И он летал боевым летчиком в Афганистане, летал на Кавказе, Памире, Алтае. Летал, переживая долгую разлуку с детьми и женой и временами, когда позволяли условия, таская их за собой, благо транспортные проблемы частично решены самой его службой. Специфику горного воздуха изучил досконально. Она имела много нюансов, тонкостей, сложностей и опасностей, но из-за этого-то и особенно интересна. Полеты в горах на больших высотах особенно трудны и требуют очень часто использования всех возможностей и пилота и машины. Воздушный винт, – и крыло и движитель вертолета, – плохо держит в разряженном воздухе, плотность которого на высоте около 4000 м в два раза меньше, чем на обычной высоте. А в горах такая высота обычна для полета. Поток разряженного воздуха, даже холодного, плохо охлаждает турбины, которые перегреваются сильнее, чем на обычной высоте. Поэтому нагрузку на моторы приходится уменьшать и брать на борт весьма ограниченный груз. Блюмкин проявил немалую изобретательность, чтобы существенно облегчить вертолет от второстепенных деталей, запасных частей, инструментов и топлива, чтобы уменьшить его собственный вес и благодаря этому повысить полезную нагрузку. Он очень разборчиво относился к перевозимым грузам, отдавал предпочтение, приоритет наиболее важным и значимым и, случалось, совершенно саботируя перевозку всякого рода ерунды и роскоши (в частности, не любил перевозить людей праздных и ленивых, не желающих поработать ножками для знакомства с горами...).

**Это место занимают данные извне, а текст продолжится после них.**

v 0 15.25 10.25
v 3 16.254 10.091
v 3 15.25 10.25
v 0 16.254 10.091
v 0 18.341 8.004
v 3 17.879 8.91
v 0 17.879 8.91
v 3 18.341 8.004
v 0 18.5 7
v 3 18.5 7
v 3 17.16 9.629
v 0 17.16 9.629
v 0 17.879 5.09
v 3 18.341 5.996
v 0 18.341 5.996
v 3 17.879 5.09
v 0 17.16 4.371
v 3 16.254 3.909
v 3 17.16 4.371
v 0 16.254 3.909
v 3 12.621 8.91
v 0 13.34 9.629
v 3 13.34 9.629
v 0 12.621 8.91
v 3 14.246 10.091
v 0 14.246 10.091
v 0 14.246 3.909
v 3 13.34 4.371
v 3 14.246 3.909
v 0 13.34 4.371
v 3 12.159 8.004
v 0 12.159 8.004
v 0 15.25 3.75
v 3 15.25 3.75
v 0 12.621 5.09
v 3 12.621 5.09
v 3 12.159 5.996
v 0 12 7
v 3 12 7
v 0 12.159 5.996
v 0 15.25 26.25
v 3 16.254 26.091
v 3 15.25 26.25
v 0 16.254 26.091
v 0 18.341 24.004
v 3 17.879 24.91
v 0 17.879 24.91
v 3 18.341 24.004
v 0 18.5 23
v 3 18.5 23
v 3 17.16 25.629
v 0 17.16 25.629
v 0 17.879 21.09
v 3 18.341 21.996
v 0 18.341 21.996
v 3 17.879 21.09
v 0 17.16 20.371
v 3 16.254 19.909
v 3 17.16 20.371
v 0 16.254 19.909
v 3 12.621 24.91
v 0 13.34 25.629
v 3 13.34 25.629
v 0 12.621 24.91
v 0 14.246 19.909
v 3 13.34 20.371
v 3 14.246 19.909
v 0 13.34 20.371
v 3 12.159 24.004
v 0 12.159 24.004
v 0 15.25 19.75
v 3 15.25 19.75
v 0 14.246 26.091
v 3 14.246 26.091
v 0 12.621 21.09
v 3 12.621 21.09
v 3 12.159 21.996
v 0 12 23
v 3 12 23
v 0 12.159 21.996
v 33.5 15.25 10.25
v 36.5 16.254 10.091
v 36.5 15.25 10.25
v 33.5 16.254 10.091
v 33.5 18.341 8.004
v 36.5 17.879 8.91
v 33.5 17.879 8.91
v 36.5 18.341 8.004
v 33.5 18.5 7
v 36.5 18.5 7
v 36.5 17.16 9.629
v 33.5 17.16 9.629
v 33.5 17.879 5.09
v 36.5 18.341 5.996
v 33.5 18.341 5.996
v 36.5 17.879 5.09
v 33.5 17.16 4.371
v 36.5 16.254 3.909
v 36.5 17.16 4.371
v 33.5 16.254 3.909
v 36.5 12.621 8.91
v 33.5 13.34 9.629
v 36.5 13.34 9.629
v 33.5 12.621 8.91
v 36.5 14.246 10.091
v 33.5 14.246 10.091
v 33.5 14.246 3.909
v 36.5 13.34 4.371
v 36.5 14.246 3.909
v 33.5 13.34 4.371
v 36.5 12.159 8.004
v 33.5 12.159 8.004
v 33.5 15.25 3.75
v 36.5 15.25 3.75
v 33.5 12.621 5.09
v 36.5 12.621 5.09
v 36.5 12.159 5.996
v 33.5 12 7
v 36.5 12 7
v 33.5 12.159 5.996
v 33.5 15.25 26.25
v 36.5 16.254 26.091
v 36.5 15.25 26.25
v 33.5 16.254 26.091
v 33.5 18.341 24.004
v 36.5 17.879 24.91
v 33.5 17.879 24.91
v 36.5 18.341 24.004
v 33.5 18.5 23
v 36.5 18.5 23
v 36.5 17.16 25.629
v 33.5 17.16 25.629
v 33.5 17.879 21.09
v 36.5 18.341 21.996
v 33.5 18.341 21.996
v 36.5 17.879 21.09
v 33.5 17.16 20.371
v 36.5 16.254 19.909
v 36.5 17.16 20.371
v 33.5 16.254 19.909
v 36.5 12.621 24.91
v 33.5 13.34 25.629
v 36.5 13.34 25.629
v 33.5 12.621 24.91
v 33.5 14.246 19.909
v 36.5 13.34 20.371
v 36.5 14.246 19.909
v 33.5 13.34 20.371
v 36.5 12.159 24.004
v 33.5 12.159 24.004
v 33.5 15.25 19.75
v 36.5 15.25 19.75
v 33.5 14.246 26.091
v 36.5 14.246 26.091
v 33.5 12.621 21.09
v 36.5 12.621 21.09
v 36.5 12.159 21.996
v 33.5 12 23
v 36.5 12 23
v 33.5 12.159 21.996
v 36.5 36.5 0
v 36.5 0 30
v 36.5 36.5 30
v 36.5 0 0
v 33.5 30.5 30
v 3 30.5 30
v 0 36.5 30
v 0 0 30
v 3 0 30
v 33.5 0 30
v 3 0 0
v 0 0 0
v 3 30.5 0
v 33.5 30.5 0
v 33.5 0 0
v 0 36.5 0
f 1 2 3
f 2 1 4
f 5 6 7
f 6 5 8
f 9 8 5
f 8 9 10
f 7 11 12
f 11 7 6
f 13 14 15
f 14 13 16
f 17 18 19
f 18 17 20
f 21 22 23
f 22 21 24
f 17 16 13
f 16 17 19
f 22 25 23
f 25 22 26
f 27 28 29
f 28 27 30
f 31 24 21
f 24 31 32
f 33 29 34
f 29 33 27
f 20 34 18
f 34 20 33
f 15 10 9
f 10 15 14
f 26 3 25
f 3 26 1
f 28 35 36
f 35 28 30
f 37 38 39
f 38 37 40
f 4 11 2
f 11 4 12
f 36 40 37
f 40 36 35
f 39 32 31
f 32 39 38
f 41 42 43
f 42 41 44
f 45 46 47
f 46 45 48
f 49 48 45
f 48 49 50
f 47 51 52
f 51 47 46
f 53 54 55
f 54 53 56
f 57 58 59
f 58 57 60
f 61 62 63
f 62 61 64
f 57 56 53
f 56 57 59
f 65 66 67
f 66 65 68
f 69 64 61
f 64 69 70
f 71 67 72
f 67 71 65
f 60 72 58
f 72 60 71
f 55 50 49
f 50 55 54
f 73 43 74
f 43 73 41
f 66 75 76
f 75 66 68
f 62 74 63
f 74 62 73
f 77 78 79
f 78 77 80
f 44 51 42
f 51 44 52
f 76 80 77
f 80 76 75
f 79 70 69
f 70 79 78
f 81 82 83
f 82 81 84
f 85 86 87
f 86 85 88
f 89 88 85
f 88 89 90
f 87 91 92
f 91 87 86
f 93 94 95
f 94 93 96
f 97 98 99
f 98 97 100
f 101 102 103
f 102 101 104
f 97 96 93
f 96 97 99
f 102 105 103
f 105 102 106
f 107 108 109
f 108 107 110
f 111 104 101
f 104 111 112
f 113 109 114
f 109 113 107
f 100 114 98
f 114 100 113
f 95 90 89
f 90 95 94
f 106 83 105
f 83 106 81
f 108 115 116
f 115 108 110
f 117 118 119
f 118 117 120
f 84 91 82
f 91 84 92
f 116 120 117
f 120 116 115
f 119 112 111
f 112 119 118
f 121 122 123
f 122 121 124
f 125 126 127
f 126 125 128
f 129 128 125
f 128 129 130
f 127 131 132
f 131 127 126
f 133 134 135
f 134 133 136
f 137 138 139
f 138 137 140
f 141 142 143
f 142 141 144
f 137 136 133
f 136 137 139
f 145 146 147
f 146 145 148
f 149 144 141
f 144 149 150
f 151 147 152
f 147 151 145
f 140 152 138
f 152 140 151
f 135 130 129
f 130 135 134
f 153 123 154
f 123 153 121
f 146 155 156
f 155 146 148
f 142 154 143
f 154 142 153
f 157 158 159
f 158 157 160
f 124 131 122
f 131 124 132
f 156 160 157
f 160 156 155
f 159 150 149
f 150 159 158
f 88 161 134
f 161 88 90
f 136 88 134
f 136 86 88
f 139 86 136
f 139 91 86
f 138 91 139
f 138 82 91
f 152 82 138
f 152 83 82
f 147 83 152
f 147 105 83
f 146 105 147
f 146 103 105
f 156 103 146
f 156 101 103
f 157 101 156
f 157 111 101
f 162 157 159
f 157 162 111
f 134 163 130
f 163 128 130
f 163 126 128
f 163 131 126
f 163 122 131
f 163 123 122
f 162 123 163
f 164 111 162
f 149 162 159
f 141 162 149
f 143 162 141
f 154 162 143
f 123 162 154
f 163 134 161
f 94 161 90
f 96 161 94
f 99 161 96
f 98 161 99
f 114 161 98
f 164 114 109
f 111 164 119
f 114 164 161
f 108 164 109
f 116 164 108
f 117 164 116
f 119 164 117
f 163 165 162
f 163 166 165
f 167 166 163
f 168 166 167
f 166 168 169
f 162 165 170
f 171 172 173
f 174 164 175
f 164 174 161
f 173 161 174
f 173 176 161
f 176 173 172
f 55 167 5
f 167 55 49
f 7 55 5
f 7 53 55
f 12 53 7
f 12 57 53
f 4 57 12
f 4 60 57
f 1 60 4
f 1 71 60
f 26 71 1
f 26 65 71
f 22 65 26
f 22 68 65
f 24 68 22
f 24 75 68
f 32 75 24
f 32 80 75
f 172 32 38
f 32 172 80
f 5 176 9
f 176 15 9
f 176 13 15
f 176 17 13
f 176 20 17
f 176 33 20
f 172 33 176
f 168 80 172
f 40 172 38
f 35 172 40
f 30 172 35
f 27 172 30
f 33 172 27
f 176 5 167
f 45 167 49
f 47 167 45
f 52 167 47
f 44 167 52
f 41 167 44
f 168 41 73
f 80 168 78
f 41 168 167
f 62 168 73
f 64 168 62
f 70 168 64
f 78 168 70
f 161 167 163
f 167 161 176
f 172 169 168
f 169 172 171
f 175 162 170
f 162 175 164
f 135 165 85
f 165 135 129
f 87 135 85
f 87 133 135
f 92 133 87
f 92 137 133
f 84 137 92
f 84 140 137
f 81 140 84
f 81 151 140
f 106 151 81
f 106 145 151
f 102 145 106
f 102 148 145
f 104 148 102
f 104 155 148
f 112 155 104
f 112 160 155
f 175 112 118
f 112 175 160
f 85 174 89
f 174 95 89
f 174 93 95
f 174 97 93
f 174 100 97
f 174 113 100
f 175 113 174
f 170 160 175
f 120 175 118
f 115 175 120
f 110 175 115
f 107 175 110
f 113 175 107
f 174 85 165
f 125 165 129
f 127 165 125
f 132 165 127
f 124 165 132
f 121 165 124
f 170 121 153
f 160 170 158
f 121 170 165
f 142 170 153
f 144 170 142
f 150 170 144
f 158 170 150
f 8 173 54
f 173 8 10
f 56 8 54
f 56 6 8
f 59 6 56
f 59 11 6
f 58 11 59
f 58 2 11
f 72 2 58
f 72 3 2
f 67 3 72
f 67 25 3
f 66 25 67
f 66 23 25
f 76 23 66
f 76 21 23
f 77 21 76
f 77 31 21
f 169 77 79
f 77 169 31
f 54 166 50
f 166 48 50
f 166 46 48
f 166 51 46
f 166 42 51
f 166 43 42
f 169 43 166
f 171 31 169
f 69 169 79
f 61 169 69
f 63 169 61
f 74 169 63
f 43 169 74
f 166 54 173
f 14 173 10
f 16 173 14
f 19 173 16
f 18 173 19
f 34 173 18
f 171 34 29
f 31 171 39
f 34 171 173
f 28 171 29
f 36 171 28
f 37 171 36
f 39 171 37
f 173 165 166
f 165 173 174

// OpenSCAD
// file: ../../parameters.scad
maximum_printable_size = 150;

layer_thickness = 0.3;
global_clearance = 0.5;


//Screw diameter and nut for M10 [mm]
M10_screw_diameter = 10.4;
M10_head_height = 10;
M10_head_diameter = 16+0.5;
M10_nut_height = 10.5;
M10_nut_diameter = 25.5;
M10_nut_pocket = 22.3;

//Screw diameter for M8 [mm]
M8_screw_diameter = 8.6;
M8_head_height = 8;
M8_head_diameter = 13.5;
M8_nut_height = 7.5;
M8_square_nut_thin_height = 4.5;
M8_nut_diameter = 14.4 + 0.5;
M8_nut_pocket = 13 + 0.5;
M8_washer_diameter = 16;
M8_washer_thickness = 1.5;


//Screw diameter and nut for M6 [mm]
M6_screw_diameter=6.5;
M6_head_diameter = 10+0.5;
M6_head_height = 6;
M6_nut_height = 4.9;
M6_nut_diameter = 11.8;
M6_nut_pocket = 10.4;
M6_square_nut_height = 3;
M6_square_nut_diameter = 10;
M6_washer_thickness = 1.6;

//Screw diameter and nut for M5 [mm]
M5_screw_diameter=5.5;
M5_head_height = 5;
M5_head_diameter = 13+0.5;
M5_nut_height = 4.5;
M5_nut_diameter = 9.4;
M5_nut_pocket = 8.4;

//Screw diameter and nut for M4 [mm]
M4_screw_diameter=4.5;
M4_screw_head_height = 4;
M4_nut_height = 3.2;
M4_nut_diameter = 8.4;
M4_nut_pocket = 7.5;

//Screw diameter and nut for M3 [mm]
M3_screw_diameter = 3.2;
M3_nut_height = 2.7;
M3_nut_diameter = 6.6;
M3_nut_pocket = 5.6;
M3_screw_head_height = 3;

//Screw diameter and nut for M2,5 [mm]
M2_5_screw_diameter = 2.7;
M2_5_nut_height = 2.3;
M2_5_nut_diameter = 6;
M2_5_nut_pocket = 5.5;

// kulove lozisko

Для взлета загруженному вертолету приходится разгоняться, как самолету, по взлетной полосе для набора горизонтальной скорости. Винт тащит машину вперед и вверх, задние колеса отрываются от грунта и разбег продолжается на одном переднем колесе. Разгон, заметим, не по бетону, – по травянистой лужайке поляны Москвина, или поляны Сулоева на Центральном Памире... Едва оторвавшись, вертолет ныряет в глубокую пропасть, еще увеличивает горизонтальную скорость и с разгона набирает высоту. А куда только не приходится садиться! На лед, на снег, на осыпи, на скалы, чтобы снять и заплутавших горе-путешественников, и тяжело травмированных, и погибших. Искать пропавших, завозить людей и грузы, и... даже доставлять местное партийное начальство к воскресному уик-энду с шашлыком и винами у горных озер и целительных источников. А сколько нюансов вносила горная погода, ветры, низкие облака, туман и осадки!..
Он назвал свой вертолет «Михасем», и с его легкой руки, по его примеру и его шутливым советам другие знакомые вертолетчики стали похоже называть свои вертолеты. Так обрели свои имена собратья Михася: «Митяй», «Мишук», «Мигун», «Мик», «Мидок», «Мидяк», «Мисюсь» и... «Милка» (конечно, последнюю обычно водил женский экипаж – “рисковые” девчонки из сборной страны по вертолетному спорту). Такие наименования имели более живое звучание, чем обезличенные бортовые номера. «Михась» имел номер «013», и командир считал этот номер вдвойне счастливым, и потому, что «13», и потому что ноль впереди. Каждый из «Миков» имел свой характер. Норовистый «Михась» во многом повторял качества своего командира. Турбины благодаря не просто хорошему, но очень вдумчивому уходу и обращению имели внутренние резервы надежности и мощности. Благодаря этому Михась резво и прытко, легко брал взлет и посадку, легко прыгал через воздушные ямы и бугорки, злобно спорил с сильным ветром и одолевал хребты такой высоты, которая недоступна его собратьям. Блюмкин тщательно следил за общим здоровьем машины, за всеми деталями и при видимом износе заменял каждую новой, выбивая ее из механиков и начальства с лютым упорством. Вертолет являлся продолжением не только его тела, но и его души, – в полете они сливались в одно целое, и если это единство хоть чуть-чуть нарушалось, Блюмкин сразу ощущал сначала наличие, а потом и причину дискомфорта. От его внимания не укрывались даже малейшие отклонения в поведении машины на различных режимах полета, еле слышимые дополнительные шумы механизмов, даже незначительные грязь и нагар. Все это нарушало его внутреннее равновесие, поэтому он не успокаивался, пока не устранял причину беспокойства, пока машина снова не работала, «как часы».